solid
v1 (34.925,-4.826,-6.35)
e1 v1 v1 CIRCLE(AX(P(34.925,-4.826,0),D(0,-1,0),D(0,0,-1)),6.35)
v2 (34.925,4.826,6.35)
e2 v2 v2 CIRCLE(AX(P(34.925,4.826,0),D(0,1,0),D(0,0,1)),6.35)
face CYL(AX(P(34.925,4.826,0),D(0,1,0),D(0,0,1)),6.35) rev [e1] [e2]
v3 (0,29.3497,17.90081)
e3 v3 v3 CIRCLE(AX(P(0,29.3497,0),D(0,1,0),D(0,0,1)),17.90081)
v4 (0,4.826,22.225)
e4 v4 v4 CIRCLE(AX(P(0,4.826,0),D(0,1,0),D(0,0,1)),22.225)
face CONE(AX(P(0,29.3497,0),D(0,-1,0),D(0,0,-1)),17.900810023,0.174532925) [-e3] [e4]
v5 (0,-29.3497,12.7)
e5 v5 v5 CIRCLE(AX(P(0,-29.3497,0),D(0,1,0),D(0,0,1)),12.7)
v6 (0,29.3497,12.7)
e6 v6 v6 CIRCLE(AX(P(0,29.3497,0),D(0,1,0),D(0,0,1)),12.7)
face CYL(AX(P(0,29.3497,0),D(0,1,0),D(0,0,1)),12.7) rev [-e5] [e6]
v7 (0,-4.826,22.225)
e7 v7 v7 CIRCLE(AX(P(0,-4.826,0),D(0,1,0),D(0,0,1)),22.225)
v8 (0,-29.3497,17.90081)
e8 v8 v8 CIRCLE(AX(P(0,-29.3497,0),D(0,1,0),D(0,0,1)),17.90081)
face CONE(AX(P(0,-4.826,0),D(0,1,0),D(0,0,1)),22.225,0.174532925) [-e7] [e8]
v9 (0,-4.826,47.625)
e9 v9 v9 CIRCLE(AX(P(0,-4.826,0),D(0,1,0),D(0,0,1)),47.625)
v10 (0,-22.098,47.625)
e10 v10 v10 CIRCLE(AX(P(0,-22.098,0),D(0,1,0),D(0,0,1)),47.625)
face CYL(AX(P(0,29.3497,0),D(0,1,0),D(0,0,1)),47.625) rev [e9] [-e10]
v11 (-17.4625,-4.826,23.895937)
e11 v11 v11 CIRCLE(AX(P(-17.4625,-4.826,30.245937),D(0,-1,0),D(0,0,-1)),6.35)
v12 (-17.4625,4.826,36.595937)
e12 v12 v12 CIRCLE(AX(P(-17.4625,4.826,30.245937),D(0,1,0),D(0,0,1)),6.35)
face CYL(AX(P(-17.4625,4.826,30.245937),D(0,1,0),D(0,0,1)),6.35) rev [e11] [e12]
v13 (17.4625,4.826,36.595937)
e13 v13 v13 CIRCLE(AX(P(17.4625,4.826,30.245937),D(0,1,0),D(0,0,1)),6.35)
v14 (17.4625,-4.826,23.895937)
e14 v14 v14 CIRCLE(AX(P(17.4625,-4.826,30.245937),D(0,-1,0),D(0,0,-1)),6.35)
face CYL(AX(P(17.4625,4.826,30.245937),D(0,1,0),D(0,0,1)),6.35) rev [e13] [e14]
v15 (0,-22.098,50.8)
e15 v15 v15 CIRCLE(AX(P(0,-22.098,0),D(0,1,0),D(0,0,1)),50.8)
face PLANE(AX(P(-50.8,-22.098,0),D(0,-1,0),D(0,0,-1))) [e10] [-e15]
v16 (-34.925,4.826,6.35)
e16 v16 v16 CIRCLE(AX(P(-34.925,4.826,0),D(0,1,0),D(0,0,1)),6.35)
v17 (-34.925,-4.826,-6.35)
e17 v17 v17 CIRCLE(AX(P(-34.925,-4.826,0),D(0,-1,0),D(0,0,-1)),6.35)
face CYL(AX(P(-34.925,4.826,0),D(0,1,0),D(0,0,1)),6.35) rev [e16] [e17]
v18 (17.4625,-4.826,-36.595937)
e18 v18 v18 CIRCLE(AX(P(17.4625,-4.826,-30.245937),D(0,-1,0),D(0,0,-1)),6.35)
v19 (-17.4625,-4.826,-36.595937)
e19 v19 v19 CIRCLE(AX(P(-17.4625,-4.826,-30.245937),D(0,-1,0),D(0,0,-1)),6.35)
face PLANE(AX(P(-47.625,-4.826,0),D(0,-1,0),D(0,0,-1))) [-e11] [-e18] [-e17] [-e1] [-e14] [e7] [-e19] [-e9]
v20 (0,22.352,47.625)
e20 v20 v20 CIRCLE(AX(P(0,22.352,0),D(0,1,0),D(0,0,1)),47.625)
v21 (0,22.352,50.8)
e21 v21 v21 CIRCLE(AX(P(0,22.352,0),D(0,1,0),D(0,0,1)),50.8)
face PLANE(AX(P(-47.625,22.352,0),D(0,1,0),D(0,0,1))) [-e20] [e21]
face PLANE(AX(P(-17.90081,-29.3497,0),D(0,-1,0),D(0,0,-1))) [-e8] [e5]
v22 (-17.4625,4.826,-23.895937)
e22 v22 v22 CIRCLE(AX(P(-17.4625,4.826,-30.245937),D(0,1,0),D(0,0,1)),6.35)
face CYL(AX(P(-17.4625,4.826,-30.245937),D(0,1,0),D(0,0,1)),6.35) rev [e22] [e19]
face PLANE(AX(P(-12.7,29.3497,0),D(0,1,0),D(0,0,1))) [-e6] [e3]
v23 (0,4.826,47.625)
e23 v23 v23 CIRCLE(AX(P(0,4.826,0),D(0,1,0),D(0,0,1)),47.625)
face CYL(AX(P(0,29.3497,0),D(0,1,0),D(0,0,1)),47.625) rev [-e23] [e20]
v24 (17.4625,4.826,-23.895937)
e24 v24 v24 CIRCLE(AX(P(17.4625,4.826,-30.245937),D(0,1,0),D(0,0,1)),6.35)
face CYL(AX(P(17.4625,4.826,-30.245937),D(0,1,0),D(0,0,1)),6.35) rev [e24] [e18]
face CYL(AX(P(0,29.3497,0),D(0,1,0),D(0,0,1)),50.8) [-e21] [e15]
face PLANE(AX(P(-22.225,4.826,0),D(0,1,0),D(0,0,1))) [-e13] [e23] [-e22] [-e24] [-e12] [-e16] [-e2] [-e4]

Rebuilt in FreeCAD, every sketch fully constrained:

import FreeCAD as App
import Part
import Sketcher
Q = App.Units.Quantity

doc = App.newDocument("Part")
params = doc.addObject("Spreadsheet::Sheet", "Params")
for row, (alias, value) in enumerate([
    ("sketch1_width", "1 in"),
    ("sketch1_height", "0.69 in"),
    ("sketch1_height2", "1.75 in"),
    ("sketch1_height3", "0.68 in"),
    ("sketch1_width2", "0.125 in"),
    ("revolution_angle", "360 deg"),
    ("sketch2_diameter", "0.5 in"),
    ("hole_diameter", "0.5 in"),
], start=1):
    params.set(f"A{row}", alias)
    params.set(f"B{row}", "=" + value)
    params.setAlias(f"B{row}", alias)

body = doc.addObject("PartDesign::Body", "Body")

# Sketch on XY plane
sketch1 = doc.addObject("Sketcher::SketchObject", "Sketch")
body.addObject(sketch1)
sketch1.AttachmentSupport = (doc.XY_Plane, [""])
sketch1.MapMode = "FlatFace"
sketch1.addGeometry(Part.LineSegment(App.Vector(-12.7, 29.3497, 0), App.Vector(-17.90081, 29.3497, 0)), False)
sketch1.addGeometry(Part.LineSegment(App.Vector(-17.90081, 29.3497, 0), App.Vector(-22.225, 4.826, 0)), False)
sketch1.addGeometry(Part.LineSegment(App.Vector(-22.225, 4.826, 0), App.Vector(-47.625, 4.826, 0)), False)
sketch1.addGeometry(Part.LineSegment(App.Vector(-47.625, 4.826, 0), App.Vector(-47.625, 22.352, 0)), False)
sketch1.addGeometry(Part.LineSegment(App.Vector(-47.625, 22.352, 0), App.Vector(-50.8, 22.352, 0)), False)
sketch1.addGeometry(Part.LineSegment(App.Vector(-50.8, 22.352, 0), App.Vector(-50.8, -22.098, 0)), False)
sketch1.addGeometry(Part.LineSegment(App.Vector(-50.8, -22.098, 0), App.Vector(-47.625, -22.098, 0)), False)
sketch1.addGeometry(Part.LineSegment(App.Vector(-47.625, -22.098, 0), App.Vector(-47.625, -4.826, 0)), False)
sketch1.addGeometry(Part.LineSegment(App.Vector(-47.625, -4.826, 0), App.Vector(-22.225, -4.826, 0)), False)
sketch1.addGeometry(Part.LineSegment(App.Vector(-22.225, -4.826, 0), App.Vector(-17.90081, -29.3497, 0)), False)
sketch1.addGeometry(Part.LineSegment(App.Vector(-17.90081, -29.3497, 0), App.Vector(-12.7, -29.3497, 0)), False)
sketch1.addGeometry(Part.LineSegment(App.Vector(-12.7, -29.3497, 0), App.Vector(-12.7, 29.3497, 0)), False)
sketch1.addConstraint(Sketcher.Constraint("Coincident", 0, 2, 1, 1))
sketch1.addConstraint(Sketcher.Constraint("Coincident", 1, 2, 2, 1))
sketch1.addConstraint(Sketcher.Constraint("Coincident", 2, 2, 3, 1))
sketch1.addConstraint(Sketcher.Constraint("Coincident", 3, 2, 4, 1))
sketch1.addConstraint(Sketcher.Constraint("Coincident", 4, 2, 5, 1))
sketch1.addConstraint(Sketcher.Constraint("Coincident", 5, 2, 6, 1))
sketch1.addConstraint(Sketcher.Constraint("Coincident", 6, 2, 7, 1))
sketch1.addConstraint(Sketcher.Constraint("Coincident", 7, 2, 8, 1))
sketch1.addConstraint(Sketcher.Constraint("Coincident", 8, 2, 9, 1))
sketch1.addConstraint(Sketcher.Constraint("Coincident", 9, 2, 10, 1))
sketch1.addConstraint(Sketcher.Constraint("Coincident", 10, 2, 11, 1))
sketch1.addConstraint(Sketcher.Constraint("Coincident", 11, 2, 0, 1))
sketch1.addConstraint(Sketcher.Constraint("Horizontal", 0))
sketch1.addConstraint(Sketcher.Constraint("Horizontal", 2))
sketch1.addConstraint(Sketcher.Constraint("Vertical", 3))
sketch1.addConstraint(Sketcher.Constraint("Horizontal", 4))
sketch1.addConstraint(Sketcher.Constraint("Vertical", 5))
sketch1.addConstraint(Sketcher.Constraint("Horizontal", 6))
sketch1.addConstraint(Sketcher.Constraint("Vertical", 7))
sketch1.addConstraint(Sketcher.Constraint("Horizontal", 8))
sketch1.addConstraint(Sketcher.Constraint("Horizontal", 10))
sketch1.addConstraint(Sketcher.Constraint("Vertical", 11))
sketch1.addConstraint(Sketcher.Constraint("Symmetric", 2, 2, 7, 2, -1))
sketch1.addConstraint(Sketcher.Constraint("Symmetric", 0, 2, 9, 2, -1))
sketch1.addConstraint(Sketcher.Constraint("Vertical", 1, 2, 8, 2))
sketch1.addConstraint(Sketcher.Constraint("DistanceX", 2, 2, 2, 1, Q("1 in")))
sketch1.addConstraint(Sketcher.Constraint("DistanceX", 4, 2, -1, 1, Q("2 in")))
sketch1.addConstraint(Sketcher.Constraint("Angle", 1, Q("-100 deg")))
sketch1.addConstraint(Sketcher.Constraint("DistanceY", 3, 1, 3, 2, Q("0.69 in")))
sketch1.addConstraint(Sketcher.Constraint("DistanceY", 5, 2, 5, 1, Q("1.75 in")))
sketch1.addConstraint(Sketcher.Constraint("DistanceY", 7, 1, 7, 2, Q("0.68 in")))
sketch1.addConstraint(Sketcher.Constraint("DistanceX", 10, 2, -1, 1, Q("0.5 in")))
sketch1.addConstraint(Sketcher.Constraint("DistanceX", 4, 2, 4, 1, Q("0.125 in")))
sketch1.addConstraint(Sketcher.Constraint("DistanceY", 11, 1, 11, 2, Q("2.311 in")))
sketch1.setExpression("Constraints[25]", "Params.sketch1_width")
sketch1.setExpression("Constraints[28]", "Params.sketch1_height")
sketch1.setExpression("Constraints[29]", "Params.sketch1_height2")
sketch1.setExpression("Constraints[30]", "Params.sketch1_height3")
sketch1.setExpression("Constraints[32]", "Params.sketch1_width2")
revolution = doc.addObject("PartDesign::Revolution", "Revolution")
body.addObject(revolution)
revolution.Profile = sketch1
revolution.ReferenceAxis = (sketch1, ["V_Axis"])
revolution.setExpression("Angle", "Params.revolution_angle")

# Sketch on XZ plane
sketch2 = doc.addObject("Sketcher::SketchObject", "Sketch001")
body.addObject(sketch2)
sketch2.AttachmentSupport = (doc.XZ_Plane, [""])
sketch2.MapMode = "FlatFace"
sketch2.AttachmentOffset = App.Placement(App.Vector(0, 0, -0.19 * 25.4), App.Rotation())
sketch2.addGeometry(Part.Circle(App.Vector(-17.4625, -30.245937, 0), App.Vector(0, 0, 1), 6.35), False)
sketch2.addGeometry(Part.Circle(App.Vector(17.4625, -30.245937, 0), App.Vector(0, 0, 1), 6.35), False)
sketch2.addGeometry(Part.Circle(App.Vector(-34.925, 0, 0), App.Vector(0, 0, 1), 6.35), False)
sketch2.addGeometry(Part.Circle(App.Vector(34.925, 0, 0), App.Vector(0, 0, 1), 6.35), False)
sketch2.addGeometry(Part.Circle(App.Vector(-17.4625, 30.245937, 0), App.Vector(0, 0, 1), 6.35), False)
sketch2.addGeometry(Part.Circle(App.Vector(17.4625, 30.245937, 0), App.Vector(0, 0, 1), 6.35), False)
sketch2.addConstraint(Sketcher.Constraint("Equal", 0, 1))
sketch2.addConstraint(Sketcher.Constraint("Equal", 1, 2))
sketch2.addConstraint(Sketcher.Constraint("Equal", 2, 3))
sketch2.addConstraint(Sketcher.Constraint("Equal", 3, 4))
sketch2.addConstraint(Sketcher.Constraint("Equal", 4, 5))
sketch2.addConstraint(Sketcher.Constraint("Symmetric", 2, 3, 3, 3, -1, 1))
sketch2.addConstraint(Sketcher.Constraint("Symmetric", 1, 3, 4, 3, -1, 1))
sketch2.addConstraint(Sketcher.Constraint("Symmetric", 0, 3, 5, 3, -1, 1))
sketch2.addConstraint(Sketcher.Constraint("Symmetric", 0, 3, 1, 3, -2))
sketch2.addConstraint(Sketcher.Constraint("PointOnObject", 2, 3, -1))
sketch2.addConstraint(Sketcher.Constraint("Diameter", 0, Q("0.5 in")))
sketch2.addConstraint(Sketcher.Constraint("DistanceX", 2, 3, 3, 3, Q("2.75 in")))
sketch2.addConstraint(Sketcher.Constraint("DistanceX", 0, 3, -1, 1, Q("0.6875 in")))
sketch2.addConstraint(Sketcher.Constraint("DistanceY", 0, 3, -1, 1, 30.245937))
sketch2.setExpression("Constraints[10]", "Params.sketch2_diameter")
doc.recompute()
hole = doc.addObject("PartDesign::Hole", "Hole")
body.addObject(hole)
hole.Profile = sketch2
hole.ThreadType = "None"
hole.setExpression("Diameter", "Params.hole_diameter")
hole.DepthType = "ThroughAll"
hole.Reversed = True

doc.recompute()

.....

• Exercise requirements: Give only the lines from the one holding "v8 (0,-29.3497,17.90081)" through the one holding "v13 (17.4625,4.826,36.595937)", each restated exactly as it appears above.

• Result below:
v8 (0,-29.3497,17.90081)
e8 v8 v8 CIRCLE(AX(P(0,-29.3497,0),D(0,1,0),D(0,0,1)),17.90081)
face CONE(AX(P(0,-4.826,0),D(0,1,0),D(0,0,1)),22.225,0.174532925) [-e7] [e8]
v9 (0,-4.826,47.625)
e9 v9 v9 CIRCLE(AX(P(0,-4.826,0),D(0,1,0),D(0,0,1)),47.625)
v10 (0,-22.098,47.625)
e10 v10 v10 CIRCLE(AX(P(0,-22.098,0),D(0,1,0),D(0,0,1)),47.625)
face CYL(AX(P(0,29.3497,0),D(0,1,0),D(0,0,1)),47.625) rev [e9] [-e10]
v11 (-17.4625,-4.826,23.895937)
e11 v11 v11 CIRCLE(AX(P(-17.4625,-4.826,30.245937),D(0,-1,0),D(0,0,-1)),6.35)
v12 (-17.4625,4.826,36.595937)
e12 v12 v12 CIRCLE(AX(P(-17.4625,4.826,30.245937),D(0,1,0),D(0,0,1)),6.35)
face CYL(AX(P(-17.4625,4.826,30.245937),D(0,1,0),D(0,0,1)),6.35) rev [e11] [e12]
v13 (17.4625,4.826,36.595937)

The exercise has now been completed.